Somehow, the mountain that’s in the middle of the Romantic world view never really made it into Romantic verse. It’s there in Romantic prose, magnificent from Coleridge and Dorothy Wordsworth, through Ruskin to the English explorers of the Alps and the weekly Guardian column (while he was still alive) of Harry Griffin. But most of all it’s there under the foot of the four million fellwalkers, up Red Pike every August afternoon in pursuit of English Romanticism.
‘Lyrical Ballads’ included ‘The Ancient Mariner’ and Wordsworth’s ‘Tintern Abbey’ – as well as the dreadful ‘We are Seven’ .
Full text of the sonnet here . My earlier post about Gerard Manley Hopkins and ‘No worst, there is none’:—
For readers not familiar with the UK: the Herdwick is the traditional Lake District sheep breed, brought, it’s supposed, in the boats of Viking raiders; the Duddon’s a river running from the heart of the hills out to Morecambe Bay. Helvellyn is England’s third highest hill and very popular, rising above Ullswater; the ‘Thou’ who clomb on it was Dorothy Wordsworth.
His wife Sara had spilled boiling milk on him. We have to wonder what the poet was doing, lounging with his feet out in between the stove and where Sara needed to put down the saucepan… There’s no doubt STC was a most tiresome husband.

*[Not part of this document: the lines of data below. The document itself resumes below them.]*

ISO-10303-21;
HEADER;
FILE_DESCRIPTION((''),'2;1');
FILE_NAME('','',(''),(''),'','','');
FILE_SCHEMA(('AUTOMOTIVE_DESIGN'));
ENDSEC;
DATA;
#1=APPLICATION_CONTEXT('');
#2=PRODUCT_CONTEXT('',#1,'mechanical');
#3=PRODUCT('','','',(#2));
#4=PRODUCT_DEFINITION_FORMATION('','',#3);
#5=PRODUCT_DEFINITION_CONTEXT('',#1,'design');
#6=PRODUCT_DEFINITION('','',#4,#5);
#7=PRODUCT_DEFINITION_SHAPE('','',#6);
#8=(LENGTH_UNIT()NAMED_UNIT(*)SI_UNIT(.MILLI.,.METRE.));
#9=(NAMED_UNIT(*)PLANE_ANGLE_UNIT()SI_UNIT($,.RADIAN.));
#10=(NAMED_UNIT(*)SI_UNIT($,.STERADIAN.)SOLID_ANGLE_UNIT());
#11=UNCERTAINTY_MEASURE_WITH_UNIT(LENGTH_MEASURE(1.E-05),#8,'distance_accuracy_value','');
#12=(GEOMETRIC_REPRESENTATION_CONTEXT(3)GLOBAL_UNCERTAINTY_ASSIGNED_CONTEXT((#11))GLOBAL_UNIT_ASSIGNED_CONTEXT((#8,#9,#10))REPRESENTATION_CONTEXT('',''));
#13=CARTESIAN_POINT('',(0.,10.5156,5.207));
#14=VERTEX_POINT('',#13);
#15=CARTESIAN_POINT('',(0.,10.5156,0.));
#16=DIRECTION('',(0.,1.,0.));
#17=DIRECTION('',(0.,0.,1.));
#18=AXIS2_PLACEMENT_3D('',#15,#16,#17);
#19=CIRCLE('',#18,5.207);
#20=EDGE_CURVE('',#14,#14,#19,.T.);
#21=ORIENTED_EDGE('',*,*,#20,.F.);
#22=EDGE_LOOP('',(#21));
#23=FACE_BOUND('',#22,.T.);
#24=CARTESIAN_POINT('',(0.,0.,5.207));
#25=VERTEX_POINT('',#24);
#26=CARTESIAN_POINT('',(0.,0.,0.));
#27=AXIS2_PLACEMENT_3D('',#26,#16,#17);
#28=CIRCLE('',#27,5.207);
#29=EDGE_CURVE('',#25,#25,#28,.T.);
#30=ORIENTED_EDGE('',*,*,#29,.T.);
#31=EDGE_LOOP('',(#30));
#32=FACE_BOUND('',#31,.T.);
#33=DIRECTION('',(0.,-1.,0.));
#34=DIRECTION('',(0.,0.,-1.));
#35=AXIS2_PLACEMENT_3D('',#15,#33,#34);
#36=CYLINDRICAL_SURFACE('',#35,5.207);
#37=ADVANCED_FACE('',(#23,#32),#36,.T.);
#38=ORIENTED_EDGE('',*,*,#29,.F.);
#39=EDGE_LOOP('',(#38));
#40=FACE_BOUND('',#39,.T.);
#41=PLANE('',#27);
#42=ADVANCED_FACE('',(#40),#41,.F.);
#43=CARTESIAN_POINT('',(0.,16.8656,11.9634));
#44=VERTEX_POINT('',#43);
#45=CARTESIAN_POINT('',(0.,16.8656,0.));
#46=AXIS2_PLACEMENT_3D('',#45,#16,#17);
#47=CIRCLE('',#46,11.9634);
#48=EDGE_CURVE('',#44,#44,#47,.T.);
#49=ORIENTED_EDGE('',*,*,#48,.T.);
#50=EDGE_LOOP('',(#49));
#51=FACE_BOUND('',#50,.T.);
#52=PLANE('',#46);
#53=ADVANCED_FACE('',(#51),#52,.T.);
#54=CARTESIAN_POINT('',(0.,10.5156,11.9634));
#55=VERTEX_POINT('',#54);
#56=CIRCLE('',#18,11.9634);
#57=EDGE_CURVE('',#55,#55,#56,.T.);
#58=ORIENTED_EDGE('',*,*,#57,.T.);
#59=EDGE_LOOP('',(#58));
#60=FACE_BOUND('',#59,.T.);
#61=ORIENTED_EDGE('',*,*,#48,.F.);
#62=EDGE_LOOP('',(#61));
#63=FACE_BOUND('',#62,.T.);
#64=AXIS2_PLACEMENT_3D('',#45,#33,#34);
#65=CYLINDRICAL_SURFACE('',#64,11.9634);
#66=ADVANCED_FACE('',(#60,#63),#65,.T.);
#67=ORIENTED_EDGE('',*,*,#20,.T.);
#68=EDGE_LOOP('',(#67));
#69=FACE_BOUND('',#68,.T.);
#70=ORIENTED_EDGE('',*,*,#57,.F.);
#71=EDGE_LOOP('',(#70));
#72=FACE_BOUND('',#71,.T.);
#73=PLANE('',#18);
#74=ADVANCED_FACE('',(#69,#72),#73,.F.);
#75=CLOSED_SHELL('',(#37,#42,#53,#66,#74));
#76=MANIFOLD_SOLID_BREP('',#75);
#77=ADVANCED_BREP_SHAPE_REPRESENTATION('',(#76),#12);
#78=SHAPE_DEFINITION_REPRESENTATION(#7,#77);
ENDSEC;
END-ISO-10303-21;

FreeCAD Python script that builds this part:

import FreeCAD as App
import Part
import Sketcher

V = App.Vector
Q = App.Units.Quantity

doc = App.newDocument("Part")
body = doc.addObject("PartDesign::Body", "Body")

# Sketch on XZ plane
sketch1 = body.newObject("Sketcher::SketchObject", "Sketch")
sketch1.AttachmentSupport = (doc.getObject("XZ_Plane"), [""])
sketch1.MapMode = "FlatFace"
sketch1.addGeometry(Part.Circle(V(0, 0, 0), V(0, 0, 1), 5), False)
sketch1.addConstraint([
    Sketcher.Constraint("Coincident", 0, 3, -1, 1),
    Sketcher.Constraint("Diameter", 0, Q("0.41 in")),
])
pad1 = body.newObject("PartDesign::Pad", "Pad")
pad1.Profile = sketch1
pad1.Length = Q("0.414 in")
pad1.Reversed = True

# Sketch on XZ plane
sketch2 = body.newObject("Sketcher::SketchObject", "Sketch001")
sketch2.AttachmentSupport = (doc.getObject("XZ_Plane"), [""])
sketch2.MapMode = "FlatFace"
sketch2.AttachmentOffset = App.Placement(V(0, 0, -0.414 * 25.4), App.Rotation())
sketch2.addGeometry(Part.Circle(V(0, 0, 0), V(0, 0, 1), 12), False)
sketch2.addConstraint([
    Sketcher.Constraint("Coincident", 0, 3, -1, 1),
    Sketcher.Constraint("Diameter", 0, Q("0.942 in")),
])
pad2 = body.newObject("PartDesign::Pad", "Pad001")
pad2.Profile = sketch2
pad2.Length = Q("0.25 in")
pad2.Reversed = True

doc.recompute()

Sorry, but I really can’t be doing with those damned daffodils.
More great stuff.
One thing that puzzles me: Coleridge's line 'On my left the two tarns and another precipice twice as lofty as the other.' Where on any ascent of Helvellyn would you have two tarns on the left, or the right for that matter? Satellite photo shows a tiny pool next to Red Tarn, which would be on the left going up Swirral Edge, but I must have been over the Edges dozens of times and never even noticed it.